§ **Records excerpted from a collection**
• • • •
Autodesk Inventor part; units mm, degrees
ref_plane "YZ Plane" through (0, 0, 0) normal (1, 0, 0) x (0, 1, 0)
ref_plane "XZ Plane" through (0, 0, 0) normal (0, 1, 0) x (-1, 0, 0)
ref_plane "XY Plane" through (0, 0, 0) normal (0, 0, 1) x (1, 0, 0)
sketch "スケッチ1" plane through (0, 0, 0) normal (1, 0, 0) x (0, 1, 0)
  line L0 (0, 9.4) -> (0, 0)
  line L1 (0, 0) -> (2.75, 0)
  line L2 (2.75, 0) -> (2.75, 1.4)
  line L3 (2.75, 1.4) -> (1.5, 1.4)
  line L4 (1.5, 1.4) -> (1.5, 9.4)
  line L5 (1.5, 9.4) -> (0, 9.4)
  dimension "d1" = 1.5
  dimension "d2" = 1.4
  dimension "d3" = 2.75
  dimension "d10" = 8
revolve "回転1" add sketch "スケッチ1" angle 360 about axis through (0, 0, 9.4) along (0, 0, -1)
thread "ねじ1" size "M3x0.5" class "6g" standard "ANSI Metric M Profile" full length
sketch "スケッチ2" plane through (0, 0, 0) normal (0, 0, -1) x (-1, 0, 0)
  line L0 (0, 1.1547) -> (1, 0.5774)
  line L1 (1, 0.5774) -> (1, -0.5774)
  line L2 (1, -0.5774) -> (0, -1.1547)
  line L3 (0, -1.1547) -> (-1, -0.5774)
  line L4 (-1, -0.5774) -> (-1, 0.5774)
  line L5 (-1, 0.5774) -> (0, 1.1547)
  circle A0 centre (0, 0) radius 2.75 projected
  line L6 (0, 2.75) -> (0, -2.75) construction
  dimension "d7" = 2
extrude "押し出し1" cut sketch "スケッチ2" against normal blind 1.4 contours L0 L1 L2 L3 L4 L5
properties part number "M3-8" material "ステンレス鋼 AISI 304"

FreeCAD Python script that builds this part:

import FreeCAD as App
import Part
import Sketcher


def add_polygon(sketch, points):
    """Adds a closed chain of lines whose ends are joined by coincident constraints."""
    first, n = sketch.GeometryCount, len(points)
    for a, b in zip(points, points[1:] + points[:1]):
        sketch.addGeometry(Part.LineSegment(App.Vector(*a, 0), App.Vector(*b, 0)), False)
    for i in range(n):
        sketch.addConstraint(Sketcher.Constraint("Coincident", first + i, 2, first + (i + 1) % n, 1))

doc = App.newDocument("Part")
body = doc.addObject("PartDesign::Body", "Body")

# Sketch on YZ plane
sketch1 = body.newObject("Sketcher::SketchObject", "Sketch")
sketch1.AttachmentSupport = (doc.getObject("YZ_Plane"), [""])
sketch1.MapMode = "FlatFace"
add_polygon(sketch1, [(1.5, 9.4), (0, 9.4), (0, 0), (2.75, 0), (2.75, 1.4), (1.5, 1.4)])  # lines 0-5
sketch1.addConstraint([
    Sketcher.Constraint("Horizontal", 0),
    Sketcher.Constraint("Vertical", 1),
    Sketcher.Constraint("Horizontal", 2),
    Sketcher.Constraint("Vertical", 3),
    Sketcher.Constraint("Horizontal", 4),
    Sketcher.Constraint("Vertical", 5),
    Sketcher.Constraint("Coincident", 1, 2, -1, 1),
    Sketcher.Constraint("DistanceY", 5, 1, 5, 2, 8.0),
    Sketcher.Constraint("DistanceX", 0, 2, 0, 1, 1.5),
    Sketcher.Constraint("DistanceY", 3, 1, 3, 2, 1.4),
    Sketcher.Constraint("DistanceX", 2, 1, 2, 2, 2.75),
])
revolution = body.newObject("PartDesign::Revolution", "Revolution")
revolution.Profile = sketch1
revolution.ReferenceAxis = (sketch1, ["V_Axis"])
revolution.Angle = 360

# Sketch on XY plane
sketch2 = body.newObject("Sketcher::SketchObject", "Sketch001")
sketch2.AttachmentSupport = (doc.getObject("XY_Plane"), [""])
sketch2.MapMode = "FlatFace"
add_polygon(sketch2, [(-1, 0.5774), (0, 1.1547), (1, 0.5774), (1, -0.5774), (0, -1.1547), (-1, -0.5774)])  # lines 0-5
sketch2.addConstraint([
    Sketcher.Constraint("Vertical", 2),
    Sketcher.Constraint("Vertical", 5),
    Sketcher.Constraint("Symmetric", 0, 2, 3, 2, -1, 1),
    Sketcher.Constraint("Symmetric", 1, 2, 4, 2, -1, 1),
    Sketcher.Constraint("PointOnObject", 0, 2, -2),
    Sketcher.Constraint("Parallel", 0, 3),
    Sketcher.Constraint("Horizontal", 2, 2, 4, 2),
    Sketcher.Constraint("DistanceX", 4, 2, 2, 2, 2.0),
    Sketcher.Constraint("DistanceY", 2, 2, 2, 1, 1.1548),
    Sketcher.Constraint("DistanceY", 2, 2, 0, 2, 1.732),
])
pocket1 = body.newObject("PartDesign::Pocket", "Pocket")
pocket1.Profile = sketch2
pocket1.Length = 1.4
pocket1.Reversed = True

doc.recompute()
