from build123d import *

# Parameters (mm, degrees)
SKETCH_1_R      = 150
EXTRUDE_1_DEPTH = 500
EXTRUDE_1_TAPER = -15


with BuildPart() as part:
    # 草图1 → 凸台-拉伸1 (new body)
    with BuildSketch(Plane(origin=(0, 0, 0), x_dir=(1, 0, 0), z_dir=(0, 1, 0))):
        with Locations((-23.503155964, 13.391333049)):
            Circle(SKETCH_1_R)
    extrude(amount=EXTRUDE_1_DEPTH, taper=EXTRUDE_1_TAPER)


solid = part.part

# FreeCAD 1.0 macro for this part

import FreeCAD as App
import Part
import Sketcher
from FreeCAD import Vector

doc = App.newDocument("Part")
body = doc.addObject("PartDesign::Body", "Body")

# Sketch on XZ plane
sketch1 = body.newObject("Sketcher::SketchObject", "Sketch")
sketch1.AttachmentSupport = (doc.getObject("XZ_Plane"), [""])
sketch1.MapMode = "FlatFace"
sketch1.addGeometry(Part.Circle(Vector(-24, -13, 0), Vector(0, 0, 1), 150), False)
sketch1.addConstraint([
    Sketcher.Constraint("Diameter", 0, 300.0),
    Sketcher.Constraint("DistanceX", 0, 3, -1, 1, 23.503156),
    Sketcher.Constraint("DistanceY", 0, 3, -1, 1, 13.391333),
])
pad1 = body.newObject("PartDesign::Pad", "Pad")
pad1.Profile = sketch1
pad1.Length = 500
pad1.Reversed = True
pad1.TaperAngle = 15

doc.recompute()
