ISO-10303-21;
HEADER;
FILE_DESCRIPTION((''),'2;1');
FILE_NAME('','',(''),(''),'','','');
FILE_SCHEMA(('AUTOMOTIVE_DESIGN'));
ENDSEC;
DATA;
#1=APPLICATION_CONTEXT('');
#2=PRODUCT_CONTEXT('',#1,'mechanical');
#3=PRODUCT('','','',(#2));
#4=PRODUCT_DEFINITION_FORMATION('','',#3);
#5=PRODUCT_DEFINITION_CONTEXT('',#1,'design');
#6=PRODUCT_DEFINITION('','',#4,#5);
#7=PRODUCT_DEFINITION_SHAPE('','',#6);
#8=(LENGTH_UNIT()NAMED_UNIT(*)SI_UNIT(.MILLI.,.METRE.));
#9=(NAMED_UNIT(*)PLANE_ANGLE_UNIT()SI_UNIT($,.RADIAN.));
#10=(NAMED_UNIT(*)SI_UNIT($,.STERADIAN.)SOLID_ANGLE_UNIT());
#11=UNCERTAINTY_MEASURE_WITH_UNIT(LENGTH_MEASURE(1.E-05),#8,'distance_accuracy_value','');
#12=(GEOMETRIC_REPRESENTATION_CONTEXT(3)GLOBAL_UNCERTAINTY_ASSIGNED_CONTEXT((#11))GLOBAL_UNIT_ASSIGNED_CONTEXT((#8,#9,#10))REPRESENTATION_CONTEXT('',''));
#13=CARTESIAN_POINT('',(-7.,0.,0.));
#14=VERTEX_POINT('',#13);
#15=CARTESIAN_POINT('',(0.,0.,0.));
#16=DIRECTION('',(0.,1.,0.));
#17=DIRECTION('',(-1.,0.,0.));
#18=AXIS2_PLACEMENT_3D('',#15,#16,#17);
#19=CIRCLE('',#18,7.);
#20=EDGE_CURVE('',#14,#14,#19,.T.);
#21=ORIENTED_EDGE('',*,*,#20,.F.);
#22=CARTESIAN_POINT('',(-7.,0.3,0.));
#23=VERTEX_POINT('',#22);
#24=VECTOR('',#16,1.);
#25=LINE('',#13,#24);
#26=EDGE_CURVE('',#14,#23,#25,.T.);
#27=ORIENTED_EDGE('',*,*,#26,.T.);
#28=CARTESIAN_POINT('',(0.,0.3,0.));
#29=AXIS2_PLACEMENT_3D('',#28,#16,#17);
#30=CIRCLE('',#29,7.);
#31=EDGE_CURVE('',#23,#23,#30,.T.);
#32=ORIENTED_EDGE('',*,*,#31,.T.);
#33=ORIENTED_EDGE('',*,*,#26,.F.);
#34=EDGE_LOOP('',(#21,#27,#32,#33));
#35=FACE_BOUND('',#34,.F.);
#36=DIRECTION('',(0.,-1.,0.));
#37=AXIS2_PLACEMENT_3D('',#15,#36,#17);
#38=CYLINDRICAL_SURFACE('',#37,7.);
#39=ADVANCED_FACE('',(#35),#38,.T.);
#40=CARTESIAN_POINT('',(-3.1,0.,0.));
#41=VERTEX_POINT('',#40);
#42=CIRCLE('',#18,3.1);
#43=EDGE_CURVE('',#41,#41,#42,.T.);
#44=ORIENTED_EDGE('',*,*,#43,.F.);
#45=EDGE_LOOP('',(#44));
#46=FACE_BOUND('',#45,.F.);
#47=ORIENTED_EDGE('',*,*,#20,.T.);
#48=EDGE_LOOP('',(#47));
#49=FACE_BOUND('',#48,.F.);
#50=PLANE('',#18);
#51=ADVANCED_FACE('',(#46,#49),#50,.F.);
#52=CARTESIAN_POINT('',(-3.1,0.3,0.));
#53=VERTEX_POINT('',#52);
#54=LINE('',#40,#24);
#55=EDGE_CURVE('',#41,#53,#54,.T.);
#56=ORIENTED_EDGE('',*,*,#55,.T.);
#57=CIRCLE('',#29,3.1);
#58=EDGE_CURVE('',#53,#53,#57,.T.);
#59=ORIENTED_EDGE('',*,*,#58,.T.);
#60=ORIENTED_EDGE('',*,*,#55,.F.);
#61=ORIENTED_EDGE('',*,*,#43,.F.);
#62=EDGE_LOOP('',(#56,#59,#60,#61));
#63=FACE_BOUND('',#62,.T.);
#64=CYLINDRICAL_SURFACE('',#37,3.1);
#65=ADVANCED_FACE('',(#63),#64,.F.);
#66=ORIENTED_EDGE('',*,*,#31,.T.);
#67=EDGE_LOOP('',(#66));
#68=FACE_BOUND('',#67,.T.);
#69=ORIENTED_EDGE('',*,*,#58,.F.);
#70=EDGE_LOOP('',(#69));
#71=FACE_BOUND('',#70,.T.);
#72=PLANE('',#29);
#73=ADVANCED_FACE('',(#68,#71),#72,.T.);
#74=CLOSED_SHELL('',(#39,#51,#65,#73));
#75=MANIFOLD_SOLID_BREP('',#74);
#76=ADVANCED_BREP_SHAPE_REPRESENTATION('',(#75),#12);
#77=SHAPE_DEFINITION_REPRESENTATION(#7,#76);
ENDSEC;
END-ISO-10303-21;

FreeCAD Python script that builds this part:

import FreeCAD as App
import Part
import Sketcher
from FreeCAD import Vector

doc = App.newDocument("Part")
body = doc.addObject("PartDesign::Body", "Body")

# Sketch on XZ plane
sketch1 = body.newObject("Sketcher::SketchObject", "Sketch")
sketch1.AttachmentSupport = (doc.getObject("XZ_Plane"), [""])
sketch1.MapMode = "FlatFace"
sketch1.addGeometry([
    Part.Circle(Vector(0, 0, 0), Vector(0, 0, 1), 7),
    Part.Circle(Vector(0, 0, 0), Vector(0, 0, 1), 3.1),
], False)
sketch1.addConstraint([
    Sketcher.Constraint("Coincident", 0, 3, -1, 1),
    Sketcher.Constraint("Coincident", 1, 3, -1, 1),
    Sketcher.Constraint("Diameter", 0, 14.0),
    Sketcher.Constraint("Diameter", 1, 6.2),
])
pad1 = body.newObject("PartDesign::Pad", "Pad")
pad1.Profile = sketch1
pad1.Length = 0.3
pad1.Reversed = True

doc.recompute()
• • • •
§ **REQUIRED ACTION**
Give back exactly the lines above, from the line containing "#44=ORIENTED_EDGE('',*,*,#43,.F.);" through the line containing "#76=ADVANCED_BREP_SHAPE_REPRESENTATION('',(#75),#12);", with both end lines and nothing more.

§ **TASK SOLUTION**
#44=ORIENTED_EDGE('',*,*,#43,.F.);
#45=EDGE_LOOP('',(#44));
#46=FACE_BOUND('',#45,.F.);
#47=ORIENTED_EDGE('',*,*,#20,.T.);
#48=EDGE_LOOP('',(#47));
#49=FACE_BOUND('',#48,.F.);
#50=PLANE('',#18);
#51=ADVANCED_FACE('',(#46,#49),#50,.F.);
#52=CARTESIAN_POINT('',(-3.1,0.3,0.));
#53=VERTEX_POINT('',#52);
#54=LINE('',#40,#24);
#55=EDGE_CURVE('',#41,#53,#54,.T.);
#56=ORIENTED_EDGE('',*,*,#55,.T.);
#57=CIRCLE('',#29,3.1);
#58=EDGE_CURVE('',#53,#53,#57,.T.);
#59=ORIENTED_EDGE('',*,*,#58,.T.);
#60=ORIENTED_EDGE('',*,*,#55,.F.);
#61=ORIENTED_EDGE('',*,*,#43,.F.);
#62=EDGE_LOOP('',(#56,#59,#60,#61));
#63=FACE_BOUND('',#62,.T.);
#64=CYLINDRICAL_SURFACE('',#37,3.1);
#65=ADVANCED_FACE('',(#63),#64,.F.);
#66=ORIENTED_EDGE('',*,*,#31,.T.);
#67=EDGE_LOOP('',(#66));
#68=FACE_BOUND('',#67,.T.);
#69=ORIENTED_EDGE('',*,*,#58,.F.);
#70=EDGE_LOOP('',(#69));
#71=FACE_BOUND('',#70,.T.);
#72=PLANE('',#29);
#73=ADVANCED_FACE('',(#68,#71),#72,.T.);
#74=CLOSED_SHELL('',(#39,#51,#65,#73));
#75=MANIFOLD_SOLID_BREP('',#74);
#76=ADVANCED_BREP_SHAPE_REPRESENTATION('',(#75),#12);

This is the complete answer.